Anodes consisting of VA-CNTs directly grown on embroidered Cu wire current collectors, with PECVD, were investigated. No post-treatment was applied. The as-grown VA-CNTs exhibited larger specific capacities compared to literature values for commercial graphite and similar VA-CNTs.

The superior electrochemical performance may be attributed to an enhancement of the Li+ diffusion inside the VA-CNTs because of two reasons: (1) shorter VA-CNTs were present in the areas not facing the plasma, and this facilitated Li-ion diffusion; and/or (2) there was a radial growth of the VA-CNTs around the Cu wires, and that allowed larger spaces between VA-CNTs at the outer end as compared to the base end.

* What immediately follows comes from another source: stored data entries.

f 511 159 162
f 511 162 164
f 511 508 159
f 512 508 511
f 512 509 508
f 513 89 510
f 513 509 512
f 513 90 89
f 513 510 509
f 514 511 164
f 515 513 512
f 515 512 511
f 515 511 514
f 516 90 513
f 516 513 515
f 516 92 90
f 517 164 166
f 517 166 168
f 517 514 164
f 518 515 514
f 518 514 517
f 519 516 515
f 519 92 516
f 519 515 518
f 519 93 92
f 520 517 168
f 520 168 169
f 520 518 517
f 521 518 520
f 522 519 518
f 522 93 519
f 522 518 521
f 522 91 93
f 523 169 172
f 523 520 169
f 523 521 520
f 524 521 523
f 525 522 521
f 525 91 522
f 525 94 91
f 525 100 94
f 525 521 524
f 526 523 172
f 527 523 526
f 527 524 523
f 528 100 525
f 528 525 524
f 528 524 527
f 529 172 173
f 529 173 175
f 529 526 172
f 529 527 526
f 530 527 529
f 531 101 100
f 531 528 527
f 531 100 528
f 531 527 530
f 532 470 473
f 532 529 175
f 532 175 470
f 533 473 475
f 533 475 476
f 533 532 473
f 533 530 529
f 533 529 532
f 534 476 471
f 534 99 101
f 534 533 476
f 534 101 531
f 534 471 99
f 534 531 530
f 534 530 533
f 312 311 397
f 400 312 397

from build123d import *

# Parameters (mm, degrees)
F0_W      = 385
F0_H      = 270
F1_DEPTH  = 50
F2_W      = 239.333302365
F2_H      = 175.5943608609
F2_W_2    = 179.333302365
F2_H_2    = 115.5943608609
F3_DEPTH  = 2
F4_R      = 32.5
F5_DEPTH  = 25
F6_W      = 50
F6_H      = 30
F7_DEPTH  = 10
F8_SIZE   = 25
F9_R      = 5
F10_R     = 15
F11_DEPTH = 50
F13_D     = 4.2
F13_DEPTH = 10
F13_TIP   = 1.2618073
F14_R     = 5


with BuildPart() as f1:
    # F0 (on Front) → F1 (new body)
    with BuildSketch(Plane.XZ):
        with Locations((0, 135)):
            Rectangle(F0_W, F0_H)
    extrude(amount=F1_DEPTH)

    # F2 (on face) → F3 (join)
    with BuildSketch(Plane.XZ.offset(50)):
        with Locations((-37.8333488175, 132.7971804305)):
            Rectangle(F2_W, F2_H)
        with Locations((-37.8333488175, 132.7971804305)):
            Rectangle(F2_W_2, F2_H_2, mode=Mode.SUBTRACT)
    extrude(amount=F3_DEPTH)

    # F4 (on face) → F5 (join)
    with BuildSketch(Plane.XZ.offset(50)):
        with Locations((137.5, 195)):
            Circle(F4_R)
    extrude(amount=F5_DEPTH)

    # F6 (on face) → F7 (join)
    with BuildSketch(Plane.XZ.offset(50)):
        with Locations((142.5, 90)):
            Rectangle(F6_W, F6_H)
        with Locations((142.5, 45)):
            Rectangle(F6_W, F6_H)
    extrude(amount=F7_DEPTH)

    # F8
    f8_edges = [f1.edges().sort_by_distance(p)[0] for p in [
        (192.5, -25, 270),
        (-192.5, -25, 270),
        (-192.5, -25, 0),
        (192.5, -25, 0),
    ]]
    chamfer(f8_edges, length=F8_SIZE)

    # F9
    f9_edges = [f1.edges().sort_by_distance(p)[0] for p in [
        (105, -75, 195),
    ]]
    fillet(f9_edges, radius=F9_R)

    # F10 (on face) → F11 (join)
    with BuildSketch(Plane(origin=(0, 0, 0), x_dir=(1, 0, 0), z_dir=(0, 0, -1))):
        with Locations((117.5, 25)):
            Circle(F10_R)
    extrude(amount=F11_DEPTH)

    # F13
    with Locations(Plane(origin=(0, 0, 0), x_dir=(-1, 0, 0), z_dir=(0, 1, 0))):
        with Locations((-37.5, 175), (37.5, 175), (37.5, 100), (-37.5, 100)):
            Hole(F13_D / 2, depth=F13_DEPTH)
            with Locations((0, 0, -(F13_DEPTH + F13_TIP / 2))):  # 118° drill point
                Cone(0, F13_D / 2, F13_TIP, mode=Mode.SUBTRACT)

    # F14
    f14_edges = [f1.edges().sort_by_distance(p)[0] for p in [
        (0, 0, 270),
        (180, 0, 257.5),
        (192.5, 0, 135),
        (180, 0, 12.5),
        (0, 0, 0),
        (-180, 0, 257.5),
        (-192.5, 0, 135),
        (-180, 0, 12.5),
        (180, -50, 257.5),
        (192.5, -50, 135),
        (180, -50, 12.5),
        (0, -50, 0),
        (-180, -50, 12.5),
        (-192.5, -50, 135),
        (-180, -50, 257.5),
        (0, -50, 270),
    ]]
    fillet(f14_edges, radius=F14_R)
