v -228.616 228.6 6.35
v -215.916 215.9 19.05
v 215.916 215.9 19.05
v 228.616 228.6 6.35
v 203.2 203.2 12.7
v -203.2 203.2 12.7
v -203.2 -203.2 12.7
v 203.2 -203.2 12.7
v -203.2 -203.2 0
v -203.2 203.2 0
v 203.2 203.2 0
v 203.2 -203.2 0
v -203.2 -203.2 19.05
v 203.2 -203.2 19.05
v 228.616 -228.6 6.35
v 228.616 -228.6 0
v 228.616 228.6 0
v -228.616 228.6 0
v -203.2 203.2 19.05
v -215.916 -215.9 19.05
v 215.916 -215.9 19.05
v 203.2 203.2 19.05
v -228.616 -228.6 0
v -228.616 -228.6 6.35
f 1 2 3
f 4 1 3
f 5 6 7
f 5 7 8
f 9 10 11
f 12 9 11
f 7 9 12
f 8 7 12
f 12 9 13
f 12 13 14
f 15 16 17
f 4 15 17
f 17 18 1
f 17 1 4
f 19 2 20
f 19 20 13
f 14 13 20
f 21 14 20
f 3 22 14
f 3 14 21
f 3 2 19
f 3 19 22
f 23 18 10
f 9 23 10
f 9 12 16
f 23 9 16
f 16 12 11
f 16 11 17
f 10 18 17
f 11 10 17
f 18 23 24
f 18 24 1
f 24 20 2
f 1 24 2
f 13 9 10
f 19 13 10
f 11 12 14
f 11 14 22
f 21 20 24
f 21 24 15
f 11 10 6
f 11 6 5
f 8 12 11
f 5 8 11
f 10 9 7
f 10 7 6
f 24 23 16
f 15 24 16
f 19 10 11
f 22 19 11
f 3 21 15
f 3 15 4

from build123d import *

# Parameters (mm, degrees)
F2_W     = 406.4
F2_H     = 406.4
F3_DEPTH = 12.7
F0_W     = 457.2328
F0_H     = 457.2
F0_W_2   = 406.4
F0_H_2   = 406.4
F4_DEPTH = 19.05
F1_SIZE  = 12.7


with BuildPart() as f3:
    # F2 (on Top) → F3 (new body)
    with BuildSketch(Plane.XY):
        Rectangle(F2_W, F2_H)
    extrude(amount=F3_DEPTH)


with BuildPart() as f4:
    # F0 (on face) → F4 (new body)
    with BuildSketch(Plane.XY):
        Rectangle(F0_W, F0_H)
        Rectangle(F0_W_2, F0_H_2, mode=Mode.SUBTRACT)
    extrude(amount=F4_DEPTH)

    # F1
    f1_edges = [f4.edges().sort_by_distance(p)[0] for p in [
        (0, -228.6, 19.05),
        (-228.6164, 0, 19.05),
        (228.6164, 0, 19.05),
        (0, 228.6, 19.05),
    ]]
    chamfer(f1_edges, length=F1_SIZE)


solid = Compound([f3.part, f4.part])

Further investigations are required to verify these reasons.

The employment of embroidered Cu current collectors in comparison to Cu foils offers the following advantages: higher surface area than Cu foils for the same mass; greater electronic conductivity, because the embroidered structure is composed of wires, for the same specific surface area, as wires are thicker than foils; and greater mechanical stability due to the 3D structure.

The approach offers new avenues for the further development of 3D porous electrode concepts. Additional embroidered designs can be explored in terms of geometric shapes and wire arrangement to further improve the performance of the studied VA-CNT anodes.